**ACTIVITY**. Work through the records below and copy every line that includes "amount".
»»
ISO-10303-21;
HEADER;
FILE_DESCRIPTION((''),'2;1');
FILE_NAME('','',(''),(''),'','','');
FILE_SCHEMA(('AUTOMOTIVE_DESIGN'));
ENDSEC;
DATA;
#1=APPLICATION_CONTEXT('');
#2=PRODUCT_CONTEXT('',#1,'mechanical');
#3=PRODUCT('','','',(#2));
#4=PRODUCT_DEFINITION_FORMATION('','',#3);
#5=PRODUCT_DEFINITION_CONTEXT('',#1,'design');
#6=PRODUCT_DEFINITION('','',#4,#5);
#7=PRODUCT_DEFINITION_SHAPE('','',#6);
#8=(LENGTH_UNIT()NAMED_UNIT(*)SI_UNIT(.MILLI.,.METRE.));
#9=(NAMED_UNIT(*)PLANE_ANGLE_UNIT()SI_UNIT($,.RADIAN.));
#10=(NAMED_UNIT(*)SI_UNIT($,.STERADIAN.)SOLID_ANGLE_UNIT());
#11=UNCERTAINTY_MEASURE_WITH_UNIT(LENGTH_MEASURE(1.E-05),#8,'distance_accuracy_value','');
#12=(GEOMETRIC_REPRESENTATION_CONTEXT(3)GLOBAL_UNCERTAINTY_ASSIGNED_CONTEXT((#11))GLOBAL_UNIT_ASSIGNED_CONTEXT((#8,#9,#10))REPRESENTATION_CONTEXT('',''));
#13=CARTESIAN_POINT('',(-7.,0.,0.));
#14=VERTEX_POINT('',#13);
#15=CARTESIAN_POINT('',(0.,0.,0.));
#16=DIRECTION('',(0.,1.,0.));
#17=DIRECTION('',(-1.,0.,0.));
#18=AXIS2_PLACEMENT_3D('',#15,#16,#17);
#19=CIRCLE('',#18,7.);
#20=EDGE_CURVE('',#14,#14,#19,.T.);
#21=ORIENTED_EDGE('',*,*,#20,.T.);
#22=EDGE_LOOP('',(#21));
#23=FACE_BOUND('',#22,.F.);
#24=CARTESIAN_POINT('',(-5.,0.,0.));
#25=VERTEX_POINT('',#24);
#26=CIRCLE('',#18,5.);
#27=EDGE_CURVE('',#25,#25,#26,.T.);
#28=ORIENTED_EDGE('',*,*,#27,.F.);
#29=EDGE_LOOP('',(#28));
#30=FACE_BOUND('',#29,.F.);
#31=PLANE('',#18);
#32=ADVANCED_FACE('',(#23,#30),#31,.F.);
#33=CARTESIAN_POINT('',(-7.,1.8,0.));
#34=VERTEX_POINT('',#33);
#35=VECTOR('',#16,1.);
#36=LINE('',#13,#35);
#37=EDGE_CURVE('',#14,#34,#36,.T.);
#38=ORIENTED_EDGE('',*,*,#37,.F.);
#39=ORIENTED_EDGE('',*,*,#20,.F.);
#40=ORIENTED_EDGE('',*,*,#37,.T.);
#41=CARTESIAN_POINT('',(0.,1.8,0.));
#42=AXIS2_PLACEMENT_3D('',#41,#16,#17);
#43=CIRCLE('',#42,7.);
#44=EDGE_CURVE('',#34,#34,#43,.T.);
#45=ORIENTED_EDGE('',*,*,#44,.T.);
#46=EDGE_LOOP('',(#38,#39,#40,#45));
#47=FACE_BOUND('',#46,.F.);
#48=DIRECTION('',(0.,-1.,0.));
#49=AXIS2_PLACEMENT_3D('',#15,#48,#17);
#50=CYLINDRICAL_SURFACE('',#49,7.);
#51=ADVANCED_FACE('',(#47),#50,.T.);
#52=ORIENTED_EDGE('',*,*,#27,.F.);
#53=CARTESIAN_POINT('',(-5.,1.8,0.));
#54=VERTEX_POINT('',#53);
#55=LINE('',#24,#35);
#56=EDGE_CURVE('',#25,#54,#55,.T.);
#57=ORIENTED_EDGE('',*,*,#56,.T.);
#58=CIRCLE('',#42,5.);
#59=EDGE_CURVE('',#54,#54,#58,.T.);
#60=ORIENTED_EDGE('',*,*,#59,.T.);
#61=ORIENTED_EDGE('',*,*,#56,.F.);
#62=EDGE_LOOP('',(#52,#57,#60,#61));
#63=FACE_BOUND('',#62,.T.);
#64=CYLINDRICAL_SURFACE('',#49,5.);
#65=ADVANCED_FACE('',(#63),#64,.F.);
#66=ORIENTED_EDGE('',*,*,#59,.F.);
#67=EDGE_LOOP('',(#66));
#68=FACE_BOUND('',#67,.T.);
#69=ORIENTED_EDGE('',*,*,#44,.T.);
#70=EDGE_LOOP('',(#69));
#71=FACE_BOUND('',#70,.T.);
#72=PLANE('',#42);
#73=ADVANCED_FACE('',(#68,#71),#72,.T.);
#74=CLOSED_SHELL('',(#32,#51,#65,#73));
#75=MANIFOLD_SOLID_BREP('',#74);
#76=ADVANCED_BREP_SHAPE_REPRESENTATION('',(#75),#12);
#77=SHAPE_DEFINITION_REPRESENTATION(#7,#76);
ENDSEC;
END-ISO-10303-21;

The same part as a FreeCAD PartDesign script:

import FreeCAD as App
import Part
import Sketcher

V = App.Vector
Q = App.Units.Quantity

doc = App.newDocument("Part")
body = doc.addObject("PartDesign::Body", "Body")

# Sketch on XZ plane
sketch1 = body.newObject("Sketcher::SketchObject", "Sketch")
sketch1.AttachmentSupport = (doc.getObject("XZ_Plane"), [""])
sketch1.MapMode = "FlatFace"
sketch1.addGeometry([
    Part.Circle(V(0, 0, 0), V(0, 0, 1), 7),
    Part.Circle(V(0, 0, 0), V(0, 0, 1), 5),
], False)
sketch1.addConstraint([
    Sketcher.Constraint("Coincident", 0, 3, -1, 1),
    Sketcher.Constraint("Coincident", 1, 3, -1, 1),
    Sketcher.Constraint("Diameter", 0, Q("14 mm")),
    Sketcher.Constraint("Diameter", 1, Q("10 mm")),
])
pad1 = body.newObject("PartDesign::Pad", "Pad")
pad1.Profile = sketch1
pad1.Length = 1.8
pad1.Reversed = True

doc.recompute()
««
»»
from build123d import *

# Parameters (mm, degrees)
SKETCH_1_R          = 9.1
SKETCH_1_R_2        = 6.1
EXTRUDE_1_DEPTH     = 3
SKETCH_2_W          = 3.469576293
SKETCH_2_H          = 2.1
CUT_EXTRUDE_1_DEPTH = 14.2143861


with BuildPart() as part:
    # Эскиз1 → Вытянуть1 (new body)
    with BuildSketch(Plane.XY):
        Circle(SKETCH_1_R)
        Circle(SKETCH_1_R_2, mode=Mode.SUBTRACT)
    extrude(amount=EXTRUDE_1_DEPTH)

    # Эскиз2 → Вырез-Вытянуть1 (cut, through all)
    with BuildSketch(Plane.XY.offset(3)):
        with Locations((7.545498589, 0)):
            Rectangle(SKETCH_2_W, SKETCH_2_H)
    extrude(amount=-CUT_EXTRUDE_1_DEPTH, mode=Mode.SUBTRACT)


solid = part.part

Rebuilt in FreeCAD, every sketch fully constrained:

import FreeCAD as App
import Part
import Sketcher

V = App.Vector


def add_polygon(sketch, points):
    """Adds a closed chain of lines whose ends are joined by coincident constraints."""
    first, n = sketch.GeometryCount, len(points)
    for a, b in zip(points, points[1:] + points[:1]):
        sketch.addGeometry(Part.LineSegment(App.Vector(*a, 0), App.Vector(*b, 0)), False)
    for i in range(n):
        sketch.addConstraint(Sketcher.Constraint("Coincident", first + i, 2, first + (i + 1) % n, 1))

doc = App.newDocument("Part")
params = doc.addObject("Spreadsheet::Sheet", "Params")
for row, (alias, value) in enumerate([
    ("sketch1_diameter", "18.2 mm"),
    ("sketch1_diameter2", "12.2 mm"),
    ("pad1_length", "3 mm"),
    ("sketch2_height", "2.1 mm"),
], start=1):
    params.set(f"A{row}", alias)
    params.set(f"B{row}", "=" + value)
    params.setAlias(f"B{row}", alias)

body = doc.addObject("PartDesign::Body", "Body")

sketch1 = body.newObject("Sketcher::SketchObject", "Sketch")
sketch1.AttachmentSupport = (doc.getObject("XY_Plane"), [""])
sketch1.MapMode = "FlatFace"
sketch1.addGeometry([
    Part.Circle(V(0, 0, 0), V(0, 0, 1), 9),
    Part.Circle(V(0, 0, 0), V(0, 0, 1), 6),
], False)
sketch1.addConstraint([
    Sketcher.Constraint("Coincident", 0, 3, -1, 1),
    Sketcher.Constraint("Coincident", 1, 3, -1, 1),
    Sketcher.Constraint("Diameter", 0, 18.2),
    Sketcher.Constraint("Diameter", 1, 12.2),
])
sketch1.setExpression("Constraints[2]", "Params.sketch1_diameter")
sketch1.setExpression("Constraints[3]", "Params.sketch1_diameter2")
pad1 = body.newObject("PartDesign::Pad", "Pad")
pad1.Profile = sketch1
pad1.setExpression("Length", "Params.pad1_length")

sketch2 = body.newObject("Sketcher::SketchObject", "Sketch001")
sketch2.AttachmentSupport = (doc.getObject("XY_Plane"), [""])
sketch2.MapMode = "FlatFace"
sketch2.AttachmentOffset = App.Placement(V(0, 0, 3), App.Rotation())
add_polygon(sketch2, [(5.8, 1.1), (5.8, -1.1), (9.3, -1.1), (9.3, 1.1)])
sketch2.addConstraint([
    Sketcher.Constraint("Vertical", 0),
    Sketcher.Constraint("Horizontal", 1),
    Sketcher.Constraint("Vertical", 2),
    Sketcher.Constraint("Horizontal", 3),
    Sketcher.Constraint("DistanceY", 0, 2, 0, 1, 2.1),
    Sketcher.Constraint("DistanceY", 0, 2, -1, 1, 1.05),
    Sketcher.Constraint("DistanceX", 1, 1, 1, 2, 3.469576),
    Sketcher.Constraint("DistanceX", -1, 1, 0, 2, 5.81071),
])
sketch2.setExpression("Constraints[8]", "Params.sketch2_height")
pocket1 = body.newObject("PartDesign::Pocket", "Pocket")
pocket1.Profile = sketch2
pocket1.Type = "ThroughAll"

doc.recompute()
««
**TASK ANSWER**.
    extrude(amount=EXTRUDE_1_DEPTH)
    extrude(amount=-CUT_EXTRUDE_1_DEPTH, mode=Mode.SUBTRACT)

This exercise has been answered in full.